Bruno Fantera was 21 years old when he and his mother Esifile took into their home a Jewish family of four, the Moscatis. It was the night after the raids in the ghetto of the Portico d’Ottavia, in Rome. For the following nine months, until the liberation, Bruno and Esifile introduced their guests to anyone who asked as relatives who had fled to the capital to escape the Allied bombings (for Rome by now had been declared ‘open city’, and would therefore be spared), while Bruno worked enough jobs to feed everyone. Had the truth been uncovered, both families would have been sent to the Camps.

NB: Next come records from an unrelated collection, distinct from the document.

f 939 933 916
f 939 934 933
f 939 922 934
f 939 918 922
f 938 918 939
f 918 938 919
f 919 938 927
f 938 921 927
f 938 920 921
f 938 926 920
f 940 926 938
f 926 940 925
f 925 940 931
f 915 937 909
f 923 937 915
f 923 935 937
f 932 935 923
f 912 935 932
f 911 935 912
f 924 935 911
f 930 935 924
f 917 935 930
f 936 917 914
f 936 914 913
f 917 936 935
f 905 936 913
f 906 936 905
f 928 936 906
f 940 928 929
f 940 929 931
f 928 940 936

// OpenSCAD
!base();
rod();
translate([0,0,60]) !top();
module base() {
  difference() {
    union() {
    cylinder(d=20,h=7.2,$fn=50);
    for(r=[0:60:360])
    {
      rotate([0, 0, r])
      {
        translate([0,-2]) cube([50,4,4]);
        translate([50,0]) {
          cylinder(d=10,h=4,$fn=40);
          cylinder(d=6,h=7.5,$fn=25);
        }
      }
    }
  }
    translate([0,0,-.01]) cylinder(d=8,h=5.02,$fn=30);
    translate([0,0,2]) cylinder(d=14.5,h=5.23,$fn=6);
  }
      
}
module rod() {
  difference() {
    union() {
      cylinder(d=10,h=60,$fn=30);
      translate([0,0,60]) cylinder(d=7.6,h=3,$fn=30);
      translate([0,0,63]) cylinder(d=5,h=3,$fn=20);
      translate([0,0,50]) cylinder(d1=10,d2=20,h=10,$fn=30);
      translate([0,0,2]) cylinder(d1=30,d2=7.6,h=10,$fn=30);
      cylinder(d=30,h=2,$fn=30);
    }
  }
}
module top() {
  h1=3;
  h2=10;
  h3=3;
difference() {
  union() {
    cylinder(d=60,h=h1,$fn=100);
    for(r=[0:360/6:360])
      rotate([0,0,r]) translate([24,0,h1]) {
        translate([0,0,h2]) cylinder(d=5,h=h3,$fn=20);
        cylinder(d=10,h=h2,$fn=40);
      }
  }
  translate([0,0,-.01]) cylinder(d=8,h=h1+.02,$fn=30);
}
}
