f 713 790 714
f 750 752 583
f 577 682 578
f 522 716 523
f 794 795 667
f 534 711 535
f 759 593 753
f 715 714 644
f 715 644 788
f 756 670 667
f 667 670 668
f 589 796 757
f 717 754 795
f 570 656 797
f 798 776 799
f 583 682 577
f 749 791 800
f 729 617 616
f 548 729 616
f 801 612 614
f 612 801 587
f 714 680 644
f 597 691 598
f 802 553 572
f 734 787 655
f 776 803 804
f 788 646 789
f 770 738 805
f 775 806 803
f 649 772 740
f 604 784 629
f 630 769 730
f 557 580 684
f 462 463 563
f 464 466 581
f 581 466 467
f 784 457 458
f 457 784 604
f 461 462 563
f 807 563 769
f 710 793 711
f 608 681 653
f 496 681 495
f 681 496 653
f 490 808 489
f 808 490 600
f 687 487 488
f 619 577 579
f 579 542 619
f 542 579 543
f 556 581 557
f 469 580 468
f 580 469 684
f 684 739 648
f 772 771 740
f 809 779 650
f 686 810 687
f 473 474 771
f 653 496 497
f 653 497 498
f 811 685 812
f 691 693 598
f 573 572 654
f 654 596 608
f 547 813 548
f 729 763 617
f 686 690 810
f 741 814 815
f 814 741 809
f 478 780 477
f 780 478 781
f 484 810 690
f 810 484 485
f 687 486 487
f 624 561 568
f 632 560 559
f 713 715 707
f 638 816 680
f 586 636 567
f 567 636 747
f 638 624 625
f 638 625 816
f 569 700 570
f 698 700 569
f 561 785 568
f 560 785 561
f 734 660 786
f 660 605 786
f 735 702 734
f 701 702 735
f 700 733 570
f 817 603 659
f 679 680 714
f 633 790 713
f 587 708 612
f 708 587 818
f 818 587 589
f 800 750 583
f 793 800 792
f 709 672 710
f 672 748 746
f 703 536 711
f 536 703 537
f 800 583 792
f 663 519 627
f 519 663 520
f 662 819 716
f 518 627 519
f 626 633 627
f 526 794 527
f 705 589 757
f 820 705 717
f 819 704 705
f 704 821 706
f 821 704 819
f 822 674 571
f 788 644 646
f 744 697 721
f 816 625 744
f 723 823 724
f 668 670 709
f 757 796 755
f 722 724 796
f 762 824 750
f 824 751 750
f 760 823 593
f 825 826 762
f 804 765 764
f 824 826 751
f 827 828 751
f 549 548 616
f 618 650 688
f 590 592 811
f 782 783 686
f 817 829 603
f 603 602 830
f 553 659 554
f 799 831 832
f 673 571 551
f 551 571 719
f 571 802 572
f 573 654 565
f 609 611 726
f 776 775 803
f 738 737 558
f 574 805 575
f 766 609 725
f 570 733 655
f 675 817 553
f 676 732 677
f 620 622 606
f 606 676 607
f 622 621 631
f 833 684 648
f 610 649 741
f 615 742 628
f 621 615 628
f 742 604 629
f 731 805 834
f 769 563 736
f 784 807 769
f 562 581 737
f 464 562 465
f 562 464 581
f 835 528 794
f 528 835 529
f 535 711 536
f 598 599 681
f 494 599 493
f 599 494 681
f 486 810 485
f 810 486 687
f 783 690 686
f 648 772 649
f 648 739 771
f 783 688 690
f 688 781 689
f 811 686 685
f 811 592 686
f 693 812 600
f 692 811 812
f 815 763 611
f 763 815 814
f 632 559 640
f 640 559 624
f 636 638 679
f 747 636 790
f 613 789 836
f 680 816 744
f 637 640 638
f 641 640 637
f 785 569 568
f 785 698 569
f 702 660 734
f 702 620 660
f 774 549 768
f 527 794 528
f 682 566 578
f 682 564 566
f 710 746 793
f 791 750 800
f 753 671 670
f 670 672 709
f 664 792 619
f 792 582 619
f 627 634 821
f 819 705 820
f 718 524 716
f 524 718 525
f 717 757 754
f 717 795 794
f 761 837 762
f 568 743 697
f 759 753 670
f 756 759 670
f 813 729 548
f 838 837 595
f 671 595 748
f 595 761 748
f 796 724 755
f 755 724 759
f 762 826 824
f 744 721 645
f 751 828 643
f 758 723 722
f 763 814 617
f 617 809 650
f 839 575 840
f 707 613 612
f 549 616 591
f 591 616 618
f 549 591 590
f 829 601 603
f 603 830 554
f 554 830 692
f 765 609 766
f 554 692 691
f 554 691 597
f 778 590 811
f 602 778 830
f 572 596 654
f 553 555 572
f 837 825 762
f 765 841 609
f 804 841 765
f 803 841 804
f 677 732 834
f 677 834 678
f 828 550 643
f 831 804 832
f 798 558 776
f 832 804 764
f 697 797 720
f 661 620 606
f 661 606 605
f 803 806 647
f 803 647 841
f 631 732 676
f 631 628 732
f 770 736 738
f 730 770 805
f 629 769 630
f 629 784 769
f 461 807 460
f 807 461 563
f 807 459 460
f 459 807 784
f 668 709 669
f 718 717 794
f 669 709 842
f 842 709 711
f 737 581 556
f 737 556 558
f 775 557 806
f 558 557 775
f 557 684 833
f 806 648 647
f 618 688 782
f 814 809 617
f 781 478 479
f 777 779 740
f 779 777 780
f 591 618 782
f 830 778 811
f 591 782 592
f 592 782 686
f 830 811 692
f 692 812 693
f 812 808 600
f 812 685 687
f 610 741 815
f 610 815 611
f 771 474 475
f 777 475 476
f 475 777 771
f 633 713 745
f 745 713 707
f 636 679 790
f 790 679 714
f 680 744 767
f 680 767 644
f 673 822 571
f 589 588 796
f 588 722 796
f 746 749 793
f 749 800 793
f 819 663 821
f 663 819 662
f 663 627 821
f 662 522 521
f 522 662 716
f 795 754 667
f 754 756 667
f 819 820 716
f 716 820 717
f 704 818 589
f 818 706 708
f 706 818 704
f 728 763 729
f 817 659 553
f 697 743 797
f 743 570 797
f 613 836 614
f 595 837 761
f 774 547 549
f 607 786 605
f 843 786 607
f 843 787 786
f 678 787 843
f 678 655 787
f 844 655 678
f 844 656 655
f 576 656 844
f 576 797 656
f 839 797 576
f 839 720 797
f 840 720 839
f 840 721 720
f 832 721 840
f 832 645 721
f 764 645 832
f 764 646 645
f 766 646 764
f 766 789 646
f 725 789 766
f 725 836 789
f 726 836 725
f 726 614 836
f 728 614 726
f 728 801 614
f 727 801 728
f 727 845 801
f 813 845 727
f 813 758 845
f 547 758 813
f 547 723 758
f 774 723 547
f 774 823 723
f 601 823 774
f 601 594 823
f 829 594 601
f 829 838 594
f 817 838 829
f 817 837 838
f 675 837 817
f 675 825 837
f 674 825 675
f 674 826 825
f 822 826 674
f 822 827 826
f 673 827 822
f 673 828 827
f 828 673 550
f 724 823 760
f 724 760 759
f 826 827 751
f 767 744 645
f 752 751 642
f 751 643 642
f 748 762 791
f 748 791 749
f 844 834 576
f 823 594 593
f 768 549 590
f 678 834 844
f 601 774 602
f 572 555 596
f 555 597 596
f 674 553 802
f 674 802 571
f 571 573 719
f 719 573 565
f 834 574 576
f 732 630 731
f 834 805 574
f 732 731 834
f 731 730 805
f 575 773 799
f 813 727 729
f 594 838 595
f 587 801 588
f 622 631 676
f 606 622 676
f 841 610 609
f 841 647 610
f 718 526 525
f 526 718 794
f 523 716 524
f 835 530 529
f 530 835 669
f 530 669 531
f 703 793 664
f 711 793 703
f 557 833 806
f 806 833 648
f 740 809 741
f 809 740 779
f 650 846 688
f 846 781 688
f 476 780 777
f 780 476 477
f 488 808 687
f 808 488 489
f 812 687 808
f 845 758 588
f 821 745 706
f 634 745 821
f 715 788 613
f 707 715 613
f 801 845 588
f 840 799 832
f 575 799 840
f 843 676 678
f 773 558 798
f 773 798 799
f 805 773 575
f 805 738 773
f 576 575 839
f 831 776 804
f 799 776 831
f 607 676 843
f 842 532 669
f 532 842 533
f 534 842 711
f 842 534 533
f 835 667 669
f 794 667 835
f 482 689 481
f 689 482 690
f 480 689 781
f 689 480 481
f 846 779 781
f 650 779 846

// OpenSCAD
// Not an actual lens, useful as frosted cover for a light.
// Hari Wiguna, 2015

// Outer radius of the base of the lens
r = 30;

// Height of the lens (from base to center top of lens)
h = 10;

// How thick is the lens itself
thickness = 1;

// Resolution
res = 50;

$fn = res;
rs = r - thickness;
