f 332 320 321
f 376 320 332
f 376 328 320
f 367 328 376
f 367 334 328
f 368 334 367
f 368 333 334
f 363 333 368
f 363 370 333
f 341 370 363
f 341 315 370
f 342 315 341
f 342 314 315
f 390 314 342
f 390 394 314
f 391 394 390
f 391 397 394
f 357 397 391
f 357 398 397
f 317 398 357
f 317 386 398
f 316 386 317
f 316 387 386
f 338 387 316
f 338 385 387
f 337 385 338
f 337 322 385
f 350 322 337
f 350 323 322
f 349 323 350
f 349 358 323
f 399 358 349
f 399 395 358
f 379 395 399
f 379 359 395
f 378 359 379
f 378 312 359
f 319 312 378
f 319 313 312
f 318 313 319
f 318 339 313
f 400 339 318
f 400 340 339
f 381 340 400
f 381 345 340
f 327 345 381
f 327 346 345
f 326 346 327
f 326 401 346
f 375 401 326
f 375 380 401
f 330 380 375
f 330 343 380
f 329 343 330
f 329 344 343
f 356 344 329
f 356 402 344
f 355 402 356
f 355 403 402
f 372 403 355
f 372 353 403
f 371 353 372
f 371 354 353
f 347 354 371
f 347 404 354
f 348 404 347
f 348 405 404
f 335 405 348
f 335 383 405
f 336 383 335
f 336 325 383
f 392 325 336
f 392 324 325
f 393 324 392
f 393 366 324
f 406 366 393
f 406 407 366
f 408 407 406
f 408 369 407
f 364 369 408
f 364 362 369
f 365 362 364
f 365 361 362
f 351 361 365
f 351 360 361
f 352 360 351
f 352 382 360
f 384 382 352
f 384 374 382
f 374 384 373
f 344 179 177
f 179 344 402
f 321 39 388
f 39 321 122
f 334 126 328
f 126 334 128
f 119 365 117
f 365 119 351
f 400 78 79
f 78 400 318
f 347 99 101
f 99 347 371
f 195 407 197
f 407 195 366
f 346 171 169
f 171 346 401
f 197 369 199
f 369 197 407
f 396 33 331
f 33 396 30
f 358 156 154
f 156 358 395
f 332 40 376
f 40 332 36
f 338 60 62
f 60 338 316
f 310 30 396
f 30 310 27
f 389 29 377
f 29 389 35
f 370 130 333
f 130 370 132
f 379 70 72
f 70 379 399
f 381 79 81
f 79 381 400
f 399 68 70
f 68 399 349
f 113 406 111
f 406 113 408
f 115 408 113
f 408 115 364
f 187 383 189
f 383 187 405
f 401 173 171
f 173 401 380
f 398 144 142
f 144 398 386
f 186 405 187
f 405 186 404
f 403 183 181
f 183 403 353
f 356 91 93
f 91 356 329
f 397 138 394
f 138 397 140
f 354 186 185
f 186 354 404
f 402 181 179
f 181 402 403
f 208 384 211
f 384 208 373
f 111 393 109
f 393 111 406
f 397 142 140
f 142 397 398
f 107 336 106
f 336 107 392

The story wasn’t told until 2006, when the eldest of the two Moscati brothers, Mino, convinced Fantera to make his recollections public. This resulted in the recognition of the son and his late mother as Rigtheous Among the Nations by the Yad Vashem. Then, after Bruno’s death last year at the age of 96, came the decision to unveil a plaque in his name on Holocaust Remembrance Day at the primary school he attended as a child. The pupils, naturally, would sing a few songs.
This is when the story takes an unforeseen turn.
‘Bella Ciao’ is both the most popular and the least political of all partisan anthems. It has a jaunty, upbeat tune and a very simple plot: the first-person singer wakes up one morning to discover that the country has been invaded. He wishes to join the partisans, for he doesn’t fear death. Should he in fact die, he only asks that he be buried by the shadow of a nice flower. This flower, he declares, will be remembered by future passers-by as the flower of the partisan who died in the name of freedom.
So generic and uncontroversial are these lyrics that at the marches of 1968 an extra verse was sometimes tacked on, to claim it exclusively for the left: ‘his blood was red like the flag he waved’. But this is nowhere to be found in the original anthem, which united Italians of all but one political stripe, and featured over the decades in countless ceremonies and public celebrations.
Until this week, that is. Having discovered that ‘Bella Ciao’ was included in the program of the unveiling, some parents complained that it gave ‘a one-sided view of the war’, and successfully lobbied for its omission. Greeting the news, Il Secolo d’Italia – for decades the official newspaper of the post-war Movimento Sociale, heir to the Fascist Party – editorialised that evidently those parents ‘regarded the partisan anthem as inappropriate for a celebration of the victims of the Holocaust, which must be a ceremony free of all ideology.’
It has come to this: a group of parents worried that their children might be exposed to a one-sided view of Nazism, and a fascist newspaper giving lessons on how the Holocaust should be commemorated. Meanwhile, Il Tempo – a self-styled ‘independent newspaper’ that began its life at the tail end of the war as a clandestine publication, and whose first ‘legal’ issue saluted the liberation of Rome in June of 1945 – chose to name Benito Mussolini as its Man of the Year for 2017.
The editorial helpfully explains that, 72 years into his death, Mussolini is ‘more lively’ than any current Italian politician, and still gets to routinely dictate the political agenda. Were he not so repulsively obsequious to the old dictator, the author might have hit on a half-truth: namely, that the extraordinary revival of the symbols of fascism and of fascist ideas and strategies is due in part to the inability of the Italian political class to persuasively describe a progressive future. But that’s only a partial explanation and does nothing to negate the urgency of pushing against the tide of violent, reactionary nostalgia.
It is a past that resurfaces with increasing self-assurance, whether in order to break into the meeting of a pro-migrant association, demand that the honour of the once exiled Royal family be fully restored, or prevent primary school children from disrespecting Nazis through song. Writing about all these discrete events can begin to feel ritualistic, perfunctory. But they are all expressions of the same political project, which has to be understood in order to be re-defeated.
In less than five weeks, Italians will vote. While the parties of the heterogenous far-right may not seem numerically ascendant, they are nonetheless cemented inside the largest of the three likely blocs – led by the resurrected corpse of Silvio Berlusconi. This is another past never dying, always returning. But it’s important to acknowledge that in his heyday Berlusconi spent significant energies and capital in order to ‘clear fascism through customs’ (the Italian word for this is sdoganare), that is to say re-legitimise it as a mainstream political and historical force. And while he could not completely deny its crimes, he could at least attempt to present the two years that preceded the Italian liberation as a civil war in which both sides are equally deserving of commemoration and respect.
On the evidence of this week’s seemingly minor event – the exclusion of a song from a short civil ceremony – he was successful. There are now two sides to the Nazi occupation of Italy. And, as Berlusconi understood from the outset, the implications of this fact are not confined to past historical questions, but directly invest our political present.